First excited state:
$$E_{122}=\frac{9\hbar^2 \pi^2}{2 m L^2}$$

$$\psi(\vec{r_1},\vec{r_2})_{-}=A[\psi_a(x_1,y_1,z_1)\chi^{+}\psi_b(x_2,y_2,z_2)\chi^{+}-\psi_a(x_2,y_2,z_2)\chi^{+}\psi_b(x_1,y_1,z_1)\chi^{+}]$$

Wave functions are the same as in part b).

How do I distinguish between a singlet and triplet state? I know singlet is S=0, and triplet is S=1, but not quite sure what it wants.

 

[kuruman]

You just can't multiply the spatial wavefunctions arbitrarily by χ⁺ like that. The spinors themselves must have "1" and "2" subscripts.

It is easier to write the total fermion wavefunction as the product of two separate wavefunctions, one for the spatial part and one for the spin part:

ψ = (spatial)*(spin)

Because we are talking about fermions, the total wavefunction must be antisymmetric under particle exchange. This means the if the spatial part is symmetric, the spin part must be antisymmetric and vice-versa.
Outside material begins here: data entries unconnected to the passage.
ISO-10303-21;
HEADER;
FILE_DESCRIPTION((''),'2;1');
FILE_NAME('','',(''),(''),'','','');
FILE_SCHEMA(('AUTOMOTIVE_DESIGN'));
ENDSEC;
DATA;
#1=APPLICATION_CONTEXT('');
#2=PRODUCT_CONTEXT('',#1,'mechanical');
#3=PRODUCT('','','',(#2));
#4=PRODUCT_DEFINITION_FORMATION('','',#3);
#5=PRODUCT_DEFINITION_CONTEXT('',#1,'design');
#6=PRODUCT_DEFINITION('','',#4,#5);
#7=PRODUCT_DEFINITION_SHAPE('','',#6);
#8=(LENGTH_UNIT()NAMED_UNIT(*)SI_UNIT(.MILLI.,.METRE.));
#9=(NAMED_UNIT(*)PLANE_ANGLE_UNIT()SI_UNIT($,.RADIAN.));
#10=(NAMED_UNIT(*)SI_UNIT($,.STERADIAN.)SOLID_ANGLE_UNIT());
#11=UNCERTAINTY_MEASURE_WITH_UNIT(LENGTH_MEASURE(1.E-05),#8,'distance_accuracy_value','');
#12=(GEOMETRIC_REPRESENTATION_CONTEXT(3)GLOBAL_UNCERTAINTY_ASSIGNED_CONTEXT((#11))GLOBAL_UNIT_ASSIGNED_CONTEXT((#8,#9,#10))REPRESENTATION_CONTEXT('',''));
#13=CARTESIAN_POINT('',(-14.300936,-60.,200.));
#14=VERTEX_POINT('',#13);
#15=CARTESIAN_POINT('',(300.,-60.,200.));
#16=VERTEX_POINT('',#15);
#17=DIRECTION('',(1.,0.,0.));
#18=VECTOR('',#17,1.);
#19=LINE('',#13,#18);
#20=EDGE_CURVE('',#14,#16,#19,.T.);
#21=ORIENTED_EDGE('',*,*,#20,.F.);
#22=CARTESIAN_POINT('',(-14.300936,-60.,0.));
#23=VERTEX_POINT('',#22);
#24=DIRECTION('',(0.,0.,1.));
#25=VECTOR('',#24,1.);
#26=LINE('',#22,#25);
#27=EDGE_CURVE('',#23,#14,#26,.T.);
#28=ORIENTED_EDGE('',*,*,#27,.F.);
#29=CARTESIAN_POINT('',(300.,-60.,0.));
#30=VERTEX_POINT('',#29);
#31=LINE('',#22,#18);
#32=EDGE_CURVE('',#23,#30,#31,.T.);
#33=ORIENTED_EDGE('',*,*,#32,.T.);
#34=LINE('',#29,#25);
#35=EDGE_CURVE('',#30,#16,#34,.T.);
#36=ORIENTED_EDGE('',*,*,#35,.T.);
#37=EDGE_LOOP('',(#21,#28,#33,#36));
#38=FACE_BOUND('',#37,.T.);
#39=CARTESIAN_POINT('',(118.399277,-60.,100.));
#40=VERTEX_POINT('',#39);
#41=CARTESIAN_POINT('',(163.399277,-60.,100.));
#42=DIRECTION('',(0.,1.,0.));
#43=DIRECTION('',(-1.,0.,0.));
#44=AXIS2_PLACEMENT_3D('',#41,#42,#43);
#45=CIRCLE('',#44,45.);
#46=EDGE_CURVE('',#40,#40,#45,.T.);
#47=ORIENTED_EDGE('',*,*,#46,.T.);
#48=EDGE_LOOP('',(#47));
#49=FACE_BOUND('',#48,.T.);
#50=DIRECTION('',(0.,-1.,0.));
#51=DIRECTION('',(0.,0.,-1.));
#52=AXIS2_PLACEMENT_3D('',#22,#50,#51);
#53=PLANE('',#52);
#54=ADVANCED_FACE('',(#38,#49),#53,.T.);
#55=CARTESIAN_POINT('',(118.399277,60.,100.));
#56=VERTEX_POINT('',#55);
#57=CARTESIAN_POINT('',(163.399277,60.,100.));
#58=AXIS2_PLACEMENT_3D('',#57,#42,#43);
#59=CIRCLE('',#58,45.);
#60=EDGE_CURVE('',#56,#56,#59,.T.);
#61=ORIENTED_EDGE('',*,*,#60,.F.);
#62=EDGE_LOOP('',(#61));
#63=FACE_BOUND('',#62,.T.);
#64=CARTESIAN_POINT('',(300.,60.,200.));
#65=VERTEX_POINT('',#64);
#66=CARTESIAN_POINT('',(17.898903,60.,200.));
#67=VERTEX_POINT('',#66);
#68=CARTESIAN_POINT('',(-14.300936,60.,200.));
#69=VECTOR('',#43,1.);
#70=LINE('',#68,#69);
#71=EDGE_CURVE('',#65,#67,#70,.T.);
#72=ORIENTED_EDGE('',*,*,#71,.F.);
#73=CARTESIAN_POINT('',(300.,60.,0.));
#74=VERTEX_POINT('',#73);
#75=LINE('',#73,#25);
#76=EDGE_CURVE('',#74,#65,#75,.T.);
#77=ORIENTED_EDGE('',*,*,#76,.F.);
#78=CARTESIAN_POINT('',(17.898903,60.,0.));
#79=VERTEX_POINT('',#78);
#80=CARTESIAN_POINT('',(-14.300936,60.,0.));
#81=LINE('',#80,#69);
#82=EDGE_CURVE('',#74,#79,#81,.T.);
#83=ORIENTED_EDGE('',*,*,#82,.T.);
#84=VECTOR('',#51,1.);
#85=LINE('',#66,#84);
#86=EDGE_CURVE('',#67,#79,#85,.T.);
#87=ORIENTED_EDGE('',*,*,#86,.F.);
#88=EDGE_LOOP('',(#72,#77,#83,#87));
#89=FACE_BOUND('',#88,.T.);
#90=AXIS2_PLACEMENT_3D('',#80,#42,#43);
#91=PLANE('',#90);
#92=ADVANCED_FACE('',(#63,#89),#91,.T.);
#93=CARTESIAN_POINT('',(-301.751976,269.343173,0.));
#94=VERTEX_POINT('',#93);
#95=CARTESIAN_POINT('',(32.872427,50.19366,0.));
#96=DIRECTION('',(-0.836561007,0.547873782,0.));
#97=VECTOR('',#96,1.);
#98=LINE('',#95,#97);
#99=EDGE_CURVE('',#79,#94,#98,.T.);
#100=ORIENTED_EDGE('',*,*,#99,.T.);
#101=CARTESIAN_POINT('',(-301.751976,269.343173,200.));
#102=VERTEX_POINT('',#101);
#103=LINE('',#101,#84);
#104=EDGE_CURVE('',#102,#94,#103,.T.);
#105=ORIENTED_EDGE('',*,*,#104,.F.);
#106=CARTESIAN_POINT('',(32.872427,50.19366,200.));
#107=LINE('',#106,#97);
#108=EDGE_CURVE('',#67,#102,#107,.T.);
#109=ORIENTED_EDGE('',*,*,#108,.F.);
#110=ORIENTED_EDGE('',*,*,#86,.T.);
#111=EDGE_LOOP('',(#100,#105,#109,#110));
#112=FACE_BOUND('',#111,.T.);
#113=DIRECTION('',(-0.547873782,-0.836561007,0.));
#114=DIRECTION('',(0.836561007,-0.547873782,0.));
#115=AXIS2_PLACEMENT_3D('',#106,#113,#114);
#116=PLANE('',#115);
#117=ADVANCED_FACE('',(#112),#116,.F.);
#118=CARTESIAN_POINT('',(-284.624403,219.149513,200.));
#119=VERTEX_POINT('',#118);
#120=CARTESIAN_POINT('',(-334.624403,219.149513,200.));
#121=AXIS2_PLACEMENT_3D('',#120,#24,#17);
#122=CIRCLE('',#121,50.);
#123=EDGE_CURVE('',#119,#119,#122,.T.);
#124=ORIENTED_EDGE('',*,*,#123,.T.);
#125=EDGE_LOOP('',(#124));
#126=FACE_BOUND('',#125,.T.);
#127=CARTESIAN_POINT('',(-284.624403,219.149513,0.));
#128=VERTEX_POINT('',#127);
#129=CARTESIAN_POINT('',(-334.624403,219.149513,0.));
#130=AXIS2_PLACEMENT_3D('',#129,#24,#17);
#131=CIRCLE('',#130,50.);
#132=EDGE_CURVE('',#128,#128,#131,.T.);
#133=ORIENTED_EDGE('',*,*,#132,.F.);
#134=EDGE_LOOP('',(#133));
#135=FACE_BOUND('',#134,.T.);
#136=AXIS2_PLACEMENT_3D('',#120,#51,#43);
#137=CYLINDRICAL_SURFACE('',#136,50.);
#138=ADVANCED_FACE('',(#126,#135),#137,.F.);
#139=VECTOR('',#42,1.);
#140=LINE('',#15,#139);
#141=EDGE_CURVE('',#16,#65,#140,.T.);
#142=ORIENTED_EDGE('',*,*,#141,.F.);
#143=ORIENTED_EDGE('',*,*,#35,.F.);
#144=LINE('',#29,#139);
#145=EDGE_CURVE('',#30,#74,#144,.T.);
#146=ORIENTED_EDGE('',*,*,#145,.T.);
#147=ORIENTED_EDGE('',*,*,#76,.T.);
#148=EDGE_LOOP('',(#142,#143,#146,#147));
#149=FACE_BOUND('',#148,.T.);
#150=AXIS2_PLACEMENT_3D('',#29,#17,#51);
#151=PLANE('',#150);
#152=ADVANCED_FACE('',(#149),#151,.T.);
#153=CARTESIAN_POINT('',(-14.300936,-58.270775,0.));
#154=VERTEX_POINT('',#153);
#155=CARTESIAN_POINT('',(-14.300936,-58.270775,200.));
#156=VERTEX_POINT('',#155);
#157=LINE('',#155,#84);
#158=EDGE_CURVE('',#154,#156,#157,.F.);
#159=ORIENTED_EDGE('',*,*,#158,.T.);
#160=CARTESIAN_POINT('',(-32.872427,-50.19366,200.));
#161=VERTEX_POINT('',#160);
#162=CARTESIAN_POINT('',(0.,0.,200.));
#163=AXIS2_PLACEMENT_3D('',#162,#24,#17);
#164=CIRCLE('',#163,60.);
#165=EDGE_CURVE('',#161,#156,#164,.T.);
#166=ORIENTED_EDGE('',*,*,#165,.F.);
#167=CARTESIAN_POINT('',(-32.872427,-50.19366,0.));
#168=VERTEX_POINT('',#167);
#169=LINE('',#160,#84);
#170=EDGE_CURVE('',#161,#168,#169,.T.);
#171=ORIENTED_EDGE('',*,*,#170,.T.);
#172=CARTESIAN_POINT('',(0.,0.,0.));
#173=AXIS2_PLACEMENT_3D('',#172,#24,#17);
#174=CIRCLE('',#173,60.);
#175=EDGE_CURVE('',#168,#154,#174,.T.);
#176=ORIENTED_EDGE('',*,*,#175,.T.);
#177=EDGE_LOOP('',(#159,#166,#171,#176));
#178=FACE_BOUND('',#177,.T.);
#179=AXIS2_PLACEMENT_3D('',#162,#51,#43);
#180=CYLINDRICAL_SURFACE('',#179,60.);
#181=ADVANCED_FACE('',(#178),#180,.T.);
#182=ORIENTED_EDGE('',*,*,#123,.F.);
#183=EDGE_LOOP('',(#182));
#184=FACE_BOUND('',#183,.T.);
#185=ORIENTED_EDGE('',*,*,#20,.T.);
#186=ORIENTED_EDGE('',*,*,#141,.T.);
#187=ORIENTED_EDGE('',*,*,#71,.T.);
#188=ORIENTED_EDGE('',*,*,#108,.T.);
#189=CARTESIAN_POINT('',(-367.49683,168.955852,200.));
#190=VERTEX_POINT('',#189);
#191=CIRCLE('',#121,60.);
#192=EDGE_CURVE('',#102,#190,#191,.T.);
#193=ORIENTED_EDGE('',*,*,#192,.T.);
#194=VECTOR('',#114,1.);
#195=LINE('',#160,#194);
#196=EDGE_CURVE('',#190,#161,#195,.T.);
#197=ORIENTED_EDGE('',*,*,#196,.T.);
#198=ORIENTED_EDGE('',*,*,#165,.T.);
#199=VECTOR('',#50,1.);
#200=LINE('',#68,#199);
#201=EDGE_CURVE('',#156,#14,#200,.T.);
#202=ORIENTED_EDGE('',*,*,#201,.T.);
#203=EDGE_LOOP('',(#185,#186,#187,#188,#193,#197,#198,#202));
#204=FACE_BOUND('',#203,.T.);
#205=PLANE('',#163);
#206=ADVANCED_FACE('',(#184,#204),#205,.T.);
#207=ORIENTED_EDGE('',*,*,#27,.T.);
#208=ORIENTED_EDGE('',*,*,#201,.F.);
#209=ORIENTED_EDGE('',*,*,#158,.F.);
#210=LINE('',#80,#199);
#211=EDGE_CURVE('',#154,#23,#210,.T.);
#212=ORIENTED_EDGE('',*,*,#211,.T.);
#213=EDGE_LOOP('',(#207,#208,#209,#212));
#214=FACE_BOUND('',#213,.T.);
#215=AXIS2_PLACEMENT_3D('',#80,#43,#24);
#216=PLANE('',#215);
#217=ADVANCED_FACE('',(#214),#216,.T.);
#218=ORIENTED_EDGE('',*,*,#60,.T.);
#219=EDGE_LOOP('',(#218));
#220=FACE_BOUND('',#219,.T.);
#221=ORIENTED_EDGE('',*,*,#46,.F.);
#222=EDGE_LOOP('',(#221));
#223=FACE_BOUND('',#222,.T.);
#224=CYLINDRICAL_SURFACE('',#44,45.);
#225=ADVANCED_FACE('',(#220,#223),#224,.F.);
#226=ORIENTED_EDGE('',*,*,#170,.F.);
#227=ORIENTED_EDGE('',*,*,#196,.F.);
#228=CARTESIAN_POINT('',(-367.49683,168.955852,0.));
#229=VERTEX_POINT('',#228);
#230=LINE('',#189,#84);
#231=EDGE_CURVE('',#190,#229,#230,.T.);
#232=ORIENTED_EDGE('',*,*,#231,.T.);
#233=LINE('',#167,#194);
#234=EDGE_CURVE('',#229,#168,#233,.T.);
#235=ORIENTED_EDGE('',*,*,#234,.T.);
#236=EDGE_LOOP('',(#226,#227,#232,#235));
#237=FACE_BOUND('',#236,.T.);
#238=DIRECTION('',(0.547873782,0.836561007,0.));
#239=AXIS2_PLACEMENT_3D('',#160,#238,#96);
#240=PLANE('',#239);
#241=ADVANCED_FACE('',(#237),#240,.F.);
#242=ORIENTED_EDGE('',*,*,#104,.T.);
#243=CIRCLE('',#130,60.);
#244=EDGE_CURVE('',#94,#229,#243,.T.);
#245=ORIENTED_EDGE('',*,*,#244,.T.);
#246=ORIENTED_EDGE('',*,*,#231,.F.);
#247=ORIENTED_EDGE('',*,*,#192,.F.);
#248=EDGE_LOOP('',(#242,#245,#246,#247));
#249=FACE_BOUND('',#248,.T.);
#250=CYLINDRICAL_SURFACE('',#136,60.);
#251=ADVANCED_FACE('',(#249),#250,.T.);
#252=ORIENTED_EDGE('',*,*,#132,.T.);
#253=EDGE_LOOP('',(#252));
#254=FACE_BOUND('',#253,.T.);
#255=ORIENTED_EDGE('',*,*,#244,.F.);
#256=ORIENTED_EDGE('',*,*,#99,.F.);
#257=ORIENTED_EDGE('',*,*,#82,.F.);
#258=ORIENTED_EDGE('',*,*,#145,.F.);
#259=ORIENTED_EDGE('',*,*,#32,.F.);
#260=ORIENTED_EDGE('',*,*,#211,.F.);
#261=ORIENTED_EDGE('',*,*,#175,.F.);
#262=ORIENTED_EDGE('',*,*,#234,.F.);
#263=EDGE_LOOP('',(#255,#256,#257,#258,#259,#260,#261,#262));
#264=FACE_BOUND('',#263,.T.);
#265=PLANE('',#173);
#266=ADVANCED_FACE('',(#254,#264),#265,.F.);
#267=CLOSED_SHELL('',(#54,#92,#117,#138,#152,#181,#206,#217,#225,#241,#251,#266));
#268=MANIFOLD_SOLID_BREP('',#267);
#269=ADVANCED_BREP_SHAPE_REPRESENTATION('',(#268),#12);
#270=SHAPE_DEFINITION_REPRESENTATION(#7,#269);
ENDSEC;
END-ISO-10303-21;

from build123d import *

# Parameters (mm, degrees)
SKETCH2_R           = 50
BOSS_EXTRUDE1_DEPTH = 200
SKETCH4_W           = 314.300936027
SKETCH4_H           = 120
BOSS_EXTRUDE2_DEPTH = 200
SKETCH7_R           = 45
CUT_EXTRUDE1_DEPTH  = 121


with BuildPart() as part:
    # Sketch2 → Boss-Extrude1 (new body)
    with BuildSketch(Plane.XY):
        with BuildLine():
            Line((-32.872426913, -50.193660445), (-367.496829879, 168.955852308))
            ThreePointArc((-367.496829879, 168.955852308), (-384.818063411, 252.021939666), (-301.751976053, 269.343173198))
            Line((-301.751976053, 269.343173198), (32.872426913, 50.193660445))
            ThreePointArc((32.872426913, 50.193660445), (50.193660445, -32.872426913), (-32.872426913, -50.193660445))
        make_face()
        with Locations((-334.624402966, 219.149512753)):
            Circle(SKETCH2_R, mode=Mode.SUBTRACT)
    extrude(amount=BOSS_EXTRUDE1_DEPTH)

    # Sketch4 → Boss-Extrude2 (add)
    with BuildSketch(Plane.XY.offset(200)):
        with Locations((142.849531987, 0)):
            Rectangle(SKETCH4_W, SKETCH4_H)
    extrude(amount=-BOSS_EXTRUDE2_DEPTH)

    # Sketch7 → Cut-Extrude1 (cut, through all)
    with BuildSketch(Plane(origin=(0, 60, 0), x_dir=(1, 0, 0), z_dir=(0, 1, 0))):
        with Locations((163.399277188, -100)):
            Circle(SKETCH7_R)
    extrude(amount=-CUT_EXTRUDE1_DEPTH, mode=Mode.SUBTRACT)


solid = part.part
I note that the spin triplet state is symmetric under particle exchange while the spin singlet state is antisymmetric.

 

[IHateMayonnaise]

You just can't multiply the spatial wavefunctions arbitrarily by χ⁺ like that. The spinors themselves must have "1" and "2" subscripts.
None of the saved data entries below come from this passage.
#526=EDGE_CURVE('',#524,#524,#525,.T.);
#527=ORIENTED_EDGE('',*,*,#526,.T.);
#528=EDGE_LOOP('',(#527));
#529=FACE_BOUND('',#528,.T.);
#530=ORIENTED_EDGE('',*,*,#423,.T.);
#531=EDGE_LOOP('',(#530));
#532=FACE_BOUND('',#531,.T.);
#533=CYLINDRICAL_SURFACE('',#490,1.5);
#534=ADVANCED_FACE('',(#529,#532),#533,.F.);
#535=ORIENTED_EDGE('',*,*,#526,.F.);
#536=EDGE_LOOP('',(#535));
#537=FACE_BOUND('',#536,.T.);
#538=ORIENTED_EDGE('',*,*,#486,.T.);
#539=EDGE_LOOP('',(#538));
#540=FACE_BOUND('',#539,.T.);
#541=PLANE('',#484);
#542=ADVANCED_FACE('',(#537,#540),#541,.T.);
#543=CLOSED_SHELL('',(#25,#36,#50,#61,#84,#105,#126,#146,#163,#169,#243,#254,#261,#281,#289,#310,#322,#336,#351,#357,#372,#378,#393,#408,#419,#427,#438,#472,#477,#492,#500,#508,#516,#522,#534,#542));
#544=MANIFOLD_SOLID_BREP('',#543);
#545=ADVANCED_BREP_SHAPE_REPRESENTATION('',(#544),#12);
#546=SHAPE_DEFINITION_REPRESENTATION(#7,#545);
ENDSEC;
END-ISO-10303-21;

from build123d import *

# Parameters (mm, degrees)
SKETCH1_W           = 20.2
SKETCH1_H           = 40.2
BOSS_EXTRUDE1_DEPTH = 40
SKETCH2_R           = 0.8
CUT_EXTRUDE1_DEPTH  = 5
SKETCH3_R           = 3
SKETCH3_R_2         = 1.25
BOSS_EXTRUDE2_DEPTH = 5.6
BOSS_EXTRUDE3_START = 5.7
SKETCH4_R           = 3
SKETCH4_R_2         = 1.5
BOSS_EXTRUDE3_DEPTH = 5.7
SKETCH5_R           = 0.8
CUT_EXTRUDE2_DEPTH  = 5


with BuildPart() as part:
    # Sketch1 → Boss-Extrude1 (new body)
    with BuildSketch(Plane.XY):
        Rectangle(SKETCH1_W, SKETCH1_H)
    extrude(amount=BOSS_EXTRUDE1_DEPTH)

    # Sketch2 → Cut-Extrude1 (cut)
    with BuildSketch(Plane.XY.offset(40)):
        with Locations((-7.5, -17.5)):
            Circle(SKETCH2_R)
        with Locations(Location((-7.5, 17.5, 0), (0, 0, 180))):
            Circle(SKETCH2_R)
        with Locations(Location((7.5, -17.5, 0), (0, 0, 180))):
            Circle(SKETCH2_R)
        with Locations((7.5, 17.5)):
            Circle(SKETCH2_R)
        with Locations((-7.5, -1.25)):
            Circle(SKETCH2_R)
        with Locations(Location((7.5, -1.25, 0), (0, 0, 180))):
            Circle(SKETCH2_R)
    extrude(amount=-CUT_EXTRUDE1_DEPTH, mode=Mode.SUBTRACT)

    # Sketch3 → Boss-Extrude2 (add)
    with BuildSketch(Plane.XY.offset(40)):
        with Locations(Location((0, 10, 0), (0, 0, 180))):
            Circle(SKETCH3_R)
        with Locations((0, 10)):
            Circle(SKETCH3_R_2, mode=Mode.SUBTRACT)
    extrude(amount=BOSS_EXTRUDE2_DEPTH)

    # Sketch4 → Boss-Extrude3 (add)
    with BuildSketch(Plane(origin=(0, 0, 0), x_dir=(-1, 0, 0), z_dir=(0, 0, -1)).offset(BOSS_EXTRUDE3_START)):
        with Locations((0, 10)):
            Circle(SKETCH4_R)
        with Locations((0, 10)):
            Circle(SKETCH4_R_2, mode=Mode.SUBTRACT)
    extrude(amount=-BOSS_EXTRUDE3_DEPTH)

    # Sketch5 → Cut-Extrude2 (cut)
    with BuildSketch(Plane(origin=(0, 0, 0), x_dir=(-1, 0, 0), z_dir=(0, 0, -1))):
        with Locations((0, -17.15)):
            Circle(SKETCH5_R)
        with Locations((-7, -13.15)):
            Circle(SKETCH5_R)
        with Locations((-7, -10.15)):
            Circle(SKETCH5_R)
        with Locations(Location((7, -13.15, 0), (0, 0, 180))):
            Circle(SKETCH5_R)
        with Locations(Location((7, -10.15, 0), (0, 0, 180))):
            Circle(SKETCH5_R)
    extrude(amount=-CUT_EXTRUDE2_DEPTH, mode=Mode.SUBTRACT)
It is easier to write the total fermion wavefunction as the product of two separate wavefunctions, one for the spatial part and one for the spin part:

ψ = (spatial)*(spin)

Because we are talking about fermions, the total wavefunction must be antisymmetric under particle exchange. This means the if the spatial part is symmetric, the spin part must be antisymmetric and vice-versa.

I note that the spin triplet state is symmetric under particle exchange while the spin singlet state is antisymmetric.

By "1" and "2" subscripts do you mean $\chi^\pm$?

 

[kuruman]

No. In your notation, the spin singlet state is

$$|0,0>=\frac{\chi^{+}_{1}\chi^{-}_{2}-\chi^{-}_{1}\chi^{+}_{2}}{\sqrt{2}}$$

and the spin triplet has states

$$|1,1>=\chi^{+}_{1}\chi^{+}_{2}$$

$$|1,0>=\frac{\chi^{+}_{1}\chi^{-}_{2}+\chi^{-}_{1}\chi^{+}_{2}}{\sqrt{2}}$$

$$|1,-1>=\chi^{-}_{1}\chi^{-}_{2}$$

Check out their properties under particle exchange. You may also wish to look them up in wikipedia.